I recently acquired two bird feeders and hung them where where I can watch the birds as I work at my desk.
Oddly enough, the birds have begun to exhibit personalities. And their antics are starting to resemble what I observe in people. What I always dismissed as generic sparrows are actually about a half a dozen different varieties now that I started looking them up to identify them. We've got two mockingbirds, two great-tailed grackles, a half-dozen mourning dives, and a bazillion little sparrows. I've identified several varieties: chipping, house, field, Brewer's, and a few others, and there's even more I haven't figured out. We have also had occasional cowbirds, catbirds, a house finch, and some little teeny gray guys I haven't figured out either.
One little gray sparrow has claimed the smaller feeder for his own. I call him Habib. Anything that approaches "his" feeder he fights. Big or small, they're not landing on his feeder unless they land on the exact opposite of the center seed supply. If he can't see them, he leaves them alone. And if he isn't getting enough fighting in, he goes over to the other feeder, gets in a couple fights, and flies back to "his" feeder and waits. Occasionally he'll eat, but his job, as he sees it, is to fight early and often.
Another sparrow, a field sparrow, I think, is called Marco, because he has the urge to explore. He sits on a ceiling fan blade, and every so often he'll fly very gently to the window and scrabble his little feet until he can grip the window frame, and then he tries to see inside. Another, called Kamikaze Joe, lurks under a bush in the back of the yard, and three or four times a day flies straight across the yard, bangs into the window, and flies back to the bush. The rest of the sparrows I've named after the Three
Stooges and the Seven Dwarfs, although I can't really tell them apart yet. They are a circus of bouncy, rollicking little birds who gleefully roll over each other finding and consuming seeds in the grass.
The mourning doves are a lot more belligerent than I would have thought for an animal called a dove. Unlike Habib, they only pick on each other, but they are persistent. They spend as much time flapping their wings at each other as they do eating. Most of the time they eat in the grass or the rocks, but occasionally they'll land ponderously on the large feeder and spend a while thrashing their bill around in one of the orifices, scattering seeds everywhere. Then they fly down again and eat.

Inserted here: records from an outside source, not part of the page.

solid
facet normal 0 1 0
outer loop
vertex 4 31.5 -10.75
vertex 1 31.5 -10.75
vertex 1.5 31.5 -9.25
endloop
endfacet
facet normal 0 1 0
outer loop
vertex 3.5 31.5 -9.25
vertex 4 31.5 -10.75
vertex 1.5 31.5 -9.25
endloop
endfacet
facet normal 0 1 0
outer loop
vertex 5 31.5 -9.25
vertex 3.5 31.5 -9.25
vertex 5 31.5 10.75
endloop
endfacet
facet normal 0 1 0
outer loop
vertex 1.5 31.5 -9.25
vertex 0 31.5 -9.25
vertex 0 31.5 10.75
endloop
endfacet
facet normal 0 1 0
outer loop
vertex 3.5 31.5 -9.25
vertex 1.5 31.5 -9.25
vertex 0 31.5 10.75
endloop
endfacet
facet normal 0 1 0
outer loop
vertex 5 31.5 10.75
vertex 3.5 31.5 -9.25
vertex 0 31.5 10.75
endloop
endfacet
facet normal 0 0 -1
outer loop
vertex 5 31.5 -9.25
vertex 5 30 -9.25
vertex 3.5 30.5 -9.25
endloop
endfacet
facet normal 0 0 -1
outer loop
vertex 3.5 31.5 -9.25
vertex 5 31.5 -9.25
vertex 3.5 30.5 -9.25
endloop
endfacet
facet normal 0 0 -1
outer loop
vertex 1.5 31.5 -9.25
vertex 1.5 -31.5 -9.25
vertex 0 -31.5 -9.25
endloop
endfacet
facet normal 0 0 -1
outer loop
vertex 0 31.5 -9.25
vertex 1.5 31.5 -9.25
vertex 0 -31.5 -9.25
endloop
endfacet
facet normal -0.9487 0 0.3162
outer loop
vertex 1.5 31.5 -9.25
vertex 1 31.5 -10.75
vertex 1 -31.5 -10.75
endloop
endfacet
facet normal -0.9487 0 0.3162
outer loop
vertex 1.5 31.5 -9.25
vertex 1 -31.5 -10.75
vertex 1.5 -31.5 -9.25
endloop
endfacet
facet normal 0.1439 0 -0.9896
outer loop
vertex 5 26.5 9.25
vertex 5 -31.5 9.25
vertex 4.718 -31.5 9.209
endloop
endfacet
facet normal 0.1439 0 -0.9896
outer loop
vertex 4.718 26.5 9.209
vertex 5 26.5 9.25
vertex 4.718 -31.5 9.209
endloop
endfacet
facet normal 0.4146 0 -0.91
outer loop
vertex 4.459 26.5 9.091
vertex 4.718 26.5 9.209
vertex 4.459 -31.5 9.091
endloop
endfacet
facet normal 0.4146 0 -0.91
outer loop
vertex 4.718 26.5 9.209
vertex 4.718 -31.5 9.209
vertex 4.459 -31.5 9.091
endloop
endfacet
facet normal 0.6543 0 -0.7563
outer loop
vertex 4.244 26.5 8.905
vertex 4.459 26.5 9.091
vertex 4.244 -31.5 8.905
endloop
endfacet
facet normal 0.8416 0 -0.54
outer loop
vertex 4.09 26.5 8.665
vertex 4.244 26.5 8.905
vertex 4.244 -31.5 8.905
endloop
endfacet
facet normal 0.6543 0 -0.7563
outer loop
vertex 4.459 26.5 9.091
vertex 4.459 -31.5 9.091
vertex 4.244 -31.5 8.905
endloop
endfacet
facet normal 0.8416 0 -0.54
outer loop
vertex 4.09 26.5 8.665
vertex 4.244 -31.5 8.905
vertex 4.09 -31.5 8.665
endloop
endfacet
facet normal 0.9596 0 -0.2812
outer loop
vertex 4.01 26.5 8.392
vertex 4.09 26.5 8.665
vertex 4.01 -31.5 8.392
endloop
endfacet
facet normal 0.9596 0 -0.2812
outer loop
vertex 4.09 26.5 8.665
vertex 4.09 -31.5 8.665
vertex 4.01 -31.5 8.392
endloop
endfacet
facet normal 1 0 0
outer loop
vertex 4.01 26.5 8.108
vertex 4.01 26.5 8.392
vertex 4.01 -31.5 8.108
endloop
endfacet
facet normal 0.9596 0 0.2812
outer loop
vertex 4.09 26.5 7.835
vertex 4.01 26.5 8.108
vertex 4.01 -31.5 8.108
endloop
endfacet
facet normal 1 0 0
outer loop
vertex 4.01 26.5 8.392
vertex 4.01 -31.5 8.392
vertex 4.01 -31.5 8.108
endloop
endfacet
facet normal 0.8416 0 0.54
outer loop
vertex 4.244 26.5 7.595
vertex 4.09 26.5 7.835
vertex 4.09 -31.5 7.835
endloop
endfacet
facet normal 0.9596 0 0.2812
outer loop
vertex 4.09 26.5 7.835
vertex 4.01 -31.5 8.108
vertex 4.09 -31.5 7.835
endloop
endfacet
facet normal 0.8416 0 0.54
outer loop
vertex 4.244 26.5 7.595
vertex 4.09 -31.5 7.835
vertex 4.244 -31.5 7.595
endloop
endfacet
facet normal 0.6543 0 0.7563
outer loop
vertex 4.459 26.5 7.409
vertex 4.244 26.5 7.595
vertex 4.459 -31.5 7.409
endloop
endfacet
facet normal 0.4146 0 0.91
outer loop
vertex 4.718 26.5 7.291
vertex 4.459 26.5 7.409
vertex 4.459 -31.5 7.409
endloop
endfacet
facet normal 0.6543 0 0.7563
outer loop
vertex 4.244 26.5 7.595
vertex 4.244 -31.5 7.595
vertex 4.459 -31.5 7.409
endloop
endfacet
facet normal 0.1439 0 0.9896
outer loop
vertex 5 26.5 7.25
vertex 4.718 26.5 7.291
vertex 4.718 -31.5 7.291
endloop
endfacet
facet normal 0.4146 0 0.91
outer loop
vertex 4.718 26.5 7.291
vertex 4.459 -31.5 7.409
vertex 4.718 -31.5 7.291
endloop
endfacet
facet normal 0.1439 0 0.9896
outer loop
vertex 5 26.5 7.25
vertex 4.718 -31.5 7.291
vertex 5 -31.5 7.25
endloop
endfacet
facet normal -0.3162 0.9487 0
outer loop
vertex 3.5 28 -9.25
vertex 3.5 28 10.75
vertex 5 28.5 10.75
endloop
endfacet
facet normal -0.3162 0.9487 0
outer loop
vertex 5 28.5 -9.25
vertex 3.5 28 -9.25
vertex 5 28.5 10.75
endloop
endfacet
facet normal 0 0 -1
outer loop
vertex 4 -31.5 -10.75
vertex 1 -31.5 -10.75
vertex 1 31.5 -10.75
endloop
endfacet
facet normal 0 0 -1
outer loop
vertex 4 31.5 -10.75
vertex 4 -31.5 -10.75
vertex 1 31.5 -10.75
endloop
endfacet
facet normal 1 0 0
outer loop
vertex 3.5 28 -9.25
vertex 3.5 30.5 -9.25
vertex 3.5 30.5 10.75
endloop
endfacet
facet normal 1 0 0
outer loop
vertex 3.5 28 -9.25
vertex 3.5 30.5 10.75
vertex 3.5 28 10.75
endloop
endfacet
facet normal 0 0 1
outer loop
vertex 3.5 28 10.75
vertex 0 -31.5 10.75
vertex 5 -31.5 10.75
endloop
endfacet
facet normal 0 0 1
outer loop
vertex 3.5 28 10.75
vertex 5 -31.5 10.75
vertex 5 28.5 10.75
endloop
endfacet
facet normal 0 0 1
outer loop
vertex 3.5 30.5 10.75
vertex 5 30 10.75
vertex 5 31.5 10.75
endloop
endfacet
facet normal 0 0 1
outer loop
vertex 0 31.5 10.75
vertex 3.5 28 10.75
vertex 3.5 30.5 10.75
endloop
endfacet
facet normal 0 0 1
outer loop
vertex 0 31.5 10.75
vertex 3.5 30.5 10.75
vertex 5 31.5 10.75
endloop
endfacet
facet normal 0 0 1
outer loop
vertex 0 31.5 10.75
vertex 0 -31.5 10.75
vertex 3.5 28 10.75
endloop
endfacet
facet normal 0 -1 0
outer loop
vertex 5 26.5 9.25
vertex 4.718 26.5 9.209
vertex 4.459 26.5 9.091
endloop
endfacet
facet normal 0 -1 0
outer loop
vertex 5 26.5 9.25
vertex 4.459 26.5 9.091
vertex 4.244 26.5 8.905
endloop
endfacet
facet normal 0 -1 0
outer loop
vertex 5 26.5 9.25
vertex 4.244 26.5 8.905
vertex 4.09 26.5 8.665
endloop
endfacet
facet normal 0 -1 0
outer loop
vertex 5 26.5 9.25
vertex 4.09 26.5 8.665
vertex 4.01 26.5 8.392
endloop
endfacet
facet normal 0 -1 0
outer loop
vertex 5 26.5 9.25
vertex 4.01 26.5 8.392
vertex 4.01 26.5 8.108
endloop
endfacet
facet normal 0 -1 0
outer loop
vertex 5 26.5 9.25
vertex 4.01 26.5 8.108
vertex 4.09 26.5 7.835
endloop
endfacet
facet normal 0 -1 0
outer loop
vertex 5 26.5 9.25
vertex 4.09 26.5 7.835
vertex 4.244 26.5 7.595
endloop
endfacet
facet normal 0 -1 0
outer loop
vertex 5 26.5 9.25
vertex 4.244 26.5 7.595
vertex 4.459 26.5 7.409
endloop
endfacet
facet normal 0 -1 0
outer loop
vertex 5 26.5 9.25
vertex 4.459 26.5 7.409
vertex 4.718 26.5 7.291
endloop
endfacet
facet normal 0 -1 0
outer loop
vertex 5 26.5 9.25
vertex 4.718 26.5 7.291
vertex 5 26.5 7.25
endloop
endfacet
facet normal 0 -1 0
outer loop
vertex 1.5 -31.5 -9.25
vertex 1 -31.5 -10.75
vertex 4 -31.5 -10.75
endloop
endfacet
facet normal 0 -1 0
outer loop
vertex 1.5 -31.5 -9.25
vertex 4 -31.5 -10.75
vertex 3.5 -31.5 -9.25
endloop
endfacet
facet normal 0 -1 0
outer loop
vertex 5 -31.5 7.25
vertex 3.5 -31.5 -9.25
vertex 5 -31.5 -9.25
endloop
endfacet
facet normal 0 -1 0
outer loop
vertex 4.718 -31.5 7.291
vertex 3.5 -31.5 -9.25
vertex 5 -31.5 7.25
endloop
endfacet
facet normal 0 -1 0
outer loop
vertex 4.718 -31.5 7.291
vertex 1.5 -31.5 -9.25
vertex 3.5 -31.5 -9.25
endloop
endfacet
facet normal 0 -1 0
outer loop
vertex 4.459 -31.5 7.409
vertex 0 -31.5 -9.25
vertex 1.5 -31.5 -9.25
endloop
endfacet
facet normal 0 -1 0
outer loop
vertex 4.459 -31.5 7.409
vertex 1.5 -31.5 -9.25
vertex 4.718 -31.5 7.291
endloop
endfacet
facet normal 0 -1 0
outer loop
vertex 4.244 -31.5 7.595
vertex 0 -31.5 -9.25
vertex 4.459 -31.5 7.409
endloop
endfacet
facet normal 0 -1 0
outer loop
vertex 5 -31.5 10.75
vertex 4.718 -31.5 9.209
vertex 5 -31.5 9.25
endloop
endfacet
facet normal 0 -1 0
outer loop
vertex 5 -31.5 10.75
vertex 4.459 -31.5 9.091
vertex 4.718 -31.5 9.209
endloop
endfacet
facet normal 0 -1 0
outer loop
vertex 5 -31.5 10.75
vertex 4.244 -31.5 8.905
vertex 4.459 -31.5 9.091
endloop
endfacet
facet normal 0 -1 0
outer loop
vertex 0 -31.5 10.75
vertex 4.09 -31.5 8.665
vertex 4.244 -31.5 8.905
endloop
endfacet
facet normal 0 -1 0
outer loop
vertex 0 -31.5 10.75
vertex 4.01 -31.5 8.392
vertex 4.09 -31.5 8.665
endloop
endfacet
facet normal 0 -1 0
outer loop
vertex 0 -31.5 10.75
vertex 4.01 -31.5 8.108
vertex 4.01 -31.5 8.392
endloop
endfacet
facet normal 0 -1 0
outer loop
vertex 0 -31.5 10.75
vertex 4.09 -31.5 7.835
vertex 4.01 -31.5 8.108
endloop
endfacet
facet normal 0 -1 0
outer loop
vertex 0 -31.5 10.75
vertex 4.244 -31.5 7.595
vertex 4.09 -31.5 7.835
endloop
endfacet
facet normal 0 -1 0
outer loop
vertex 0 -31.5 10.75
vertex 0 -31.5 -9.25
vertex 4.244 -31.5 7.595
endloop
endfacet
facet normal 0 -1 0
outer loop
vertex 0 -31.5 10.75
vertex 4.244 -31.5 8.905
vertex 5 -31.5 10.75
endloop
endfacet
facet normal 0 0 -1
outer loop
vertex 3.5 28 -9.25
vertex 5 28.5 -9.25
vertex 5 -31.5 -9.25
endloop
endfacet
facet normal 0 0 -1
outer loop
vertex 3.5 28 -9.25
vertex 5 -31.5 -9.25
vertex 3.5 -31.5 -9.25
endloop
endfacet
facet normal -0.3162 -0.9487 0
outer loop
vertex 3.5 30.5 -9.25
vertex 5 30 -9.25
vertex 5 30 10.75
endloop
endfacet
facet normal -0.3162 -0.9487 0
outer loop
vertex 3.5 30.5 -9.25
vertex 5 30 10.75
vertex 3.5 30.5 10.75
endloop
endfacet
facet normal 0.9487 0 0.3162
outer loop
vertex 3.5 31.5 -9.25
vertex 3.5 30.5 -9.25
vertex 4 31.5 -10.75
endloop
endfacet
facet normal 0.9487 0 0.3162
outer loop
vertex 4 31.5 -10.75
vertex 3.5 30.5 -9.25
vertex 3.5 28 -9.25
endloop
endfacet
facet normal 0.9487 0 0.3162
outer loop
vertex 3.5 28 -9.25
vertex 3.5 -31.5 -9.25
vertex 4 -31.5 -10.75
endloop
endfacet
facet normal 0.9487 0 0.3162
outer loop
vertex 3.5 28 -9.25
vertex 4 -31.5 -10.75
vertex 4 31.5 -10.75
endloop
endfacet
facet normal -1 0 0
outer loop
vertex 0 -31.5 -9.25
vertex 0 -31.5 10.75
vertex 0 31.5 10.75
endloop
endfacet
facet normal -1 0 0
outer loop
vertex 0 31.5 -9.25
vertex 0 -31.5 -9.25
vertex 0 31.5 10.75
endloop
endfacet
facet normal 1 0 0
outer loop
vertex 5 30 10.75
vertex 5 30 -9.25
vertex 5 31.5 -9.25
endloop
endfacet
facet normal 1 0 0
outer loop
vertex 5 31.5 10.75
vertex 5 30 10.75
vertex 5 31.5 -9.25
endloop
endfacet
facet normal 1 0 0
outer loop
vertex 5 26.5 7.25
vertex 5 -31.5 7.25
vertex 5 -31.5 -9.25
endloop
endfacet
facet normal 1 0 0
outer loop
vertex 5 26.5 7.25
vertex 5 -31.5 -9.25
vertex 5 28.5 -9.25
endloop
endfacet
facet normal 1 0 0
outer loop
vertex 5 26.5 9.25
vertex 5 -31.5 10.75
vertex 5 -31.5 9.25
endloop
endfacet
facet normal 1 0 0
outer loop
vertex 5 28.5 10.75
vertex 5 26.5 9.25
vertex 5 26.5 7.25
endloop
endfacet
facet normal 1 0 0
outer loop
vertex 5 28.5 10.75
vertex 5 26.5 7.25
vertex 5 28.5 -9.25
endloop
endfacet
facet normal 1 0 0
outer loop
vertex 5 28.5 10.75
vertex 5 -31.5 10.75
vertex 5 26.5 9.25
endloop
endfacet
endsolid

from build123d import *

# Parameters (mm, degrees)
F0_W     = 63
F0_H     = 21.5
F1_DEPTH = 5
F3_DEPTH = 58
F4_DEPTH = 63.001
F6_DEPTH = 20


with BuildPart() as f1:
    # F0 (on Right) → F1 (new body)
    with BuildSketch(Plane.YZ):
        Rectangle(F0_W, F0_H)
    extrude(amount=F1_DEPTH)

    # F2 (on face) → F3 (cut)
    with BuildSketch(Plane.XZ.offset(31.5)):
        with BuildLine():
            Line((5, 7.25), (5, 9.25))
            ThreePointArc((5, 9.25), (4, 8.25), (5, 7.25))
        make_face()
    extrude(amount=-F3_DEPTH, mode=Mode.SUBTRACT)

    # F2 (on face) → F4 (cut, through all)
    with BuildSketch(Plane.XZ.offset(31.5)):
        Polygon((1.5, -9.25), (0, -9.25), (0, -10.75), (1, -10.75), align=None)
        Polygon((3.5, -9.25), (4, -10.75), (5, -10.75), (5, -9.25), align=None)
    extrude(amount=-F4_DEPTH, mode=Mode.SUBTRACT)

    # F5 (on face) → F6 (cut, through all)
    with BuildSketch(Plane.XY.offset(10.75)):
        Polygon((5, 28.5), (5, 30), (3.5, 30.5), (3.5, 28), align=None)
    extrude(amount=-F6_DEPTH, mode=Mode.SUBTRACT)


solid = f1.part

And then there is Satan. Satan is a rather large great-tailed grackle that looks like he's been tarring roofs all day: hardly any feathers on his neck and breast and what feathers he has are all every-which-way. He doesn't fly much; just stalks in all scraggly and foreboding, and all the other birds scatter madly as if Freddie Kruger were lurching onto an elementary school playground at recess. I saw a mourning dove hunker down and refuse to panic, but Satan strode over and poked it with his bill, and the mourning dove moved immediately.

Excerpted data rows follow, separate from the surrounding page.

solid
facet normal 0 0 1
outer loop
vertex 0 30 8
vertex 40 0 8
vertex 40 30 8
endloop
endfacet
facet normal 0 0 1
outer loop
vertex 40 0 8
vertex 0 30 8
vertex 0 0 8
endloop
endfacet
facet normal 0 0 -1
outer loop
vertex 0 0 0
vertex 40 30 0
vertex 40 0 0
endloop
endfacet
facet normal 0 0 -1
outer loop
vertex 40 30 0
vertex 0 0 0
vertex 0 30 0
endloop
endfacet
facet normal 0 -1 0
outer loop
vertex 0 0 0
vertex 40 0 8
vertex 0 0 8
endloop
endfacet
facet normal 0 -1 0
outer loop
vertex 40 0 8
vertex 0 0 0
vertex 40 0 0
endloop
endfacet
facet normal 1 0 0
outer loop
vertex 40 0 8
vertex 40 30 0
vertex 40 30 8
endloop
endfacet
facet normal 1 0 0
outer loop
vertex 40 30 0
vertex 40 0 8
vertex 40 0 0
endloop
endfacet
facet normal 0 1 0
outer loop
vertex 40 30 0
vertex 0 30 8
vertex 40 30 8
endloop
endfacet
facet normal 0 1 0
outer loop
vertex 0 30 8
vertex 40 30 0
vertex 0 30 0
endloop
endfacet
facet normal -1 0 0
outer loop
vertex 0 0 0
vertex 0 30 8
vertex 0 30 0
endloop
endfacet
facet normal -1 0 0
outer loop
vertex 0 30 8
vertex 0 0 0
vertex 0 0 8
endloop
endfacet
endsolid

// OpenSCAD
module rectangular_box(length, width, height) {
  cube([length, width, height]);
}

rectangular_box(40, 30, 8);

As I was watching yesterday, it occurred to me that although it is unlikely that they have the same kinds of thoughts as we have, they must be thinking little bird-type thoughts like, "Man! All my life I've had to scrounge for food, and suddenly I've got all I can eat right under my feet! Who is doing all this for me? And what did I do to bring it on?" And that attitude parallels a lot of the reactions I see in people over unexpected pleasures.
A wise man once advised, "Consider the lillies of the field. They neither toil nor spin, but Solomon in all his glory was not arrayed as one of these." Ordinary little sparrows can teach us a lot about the same attitude. Don't ask why; just give thanks and enjoy.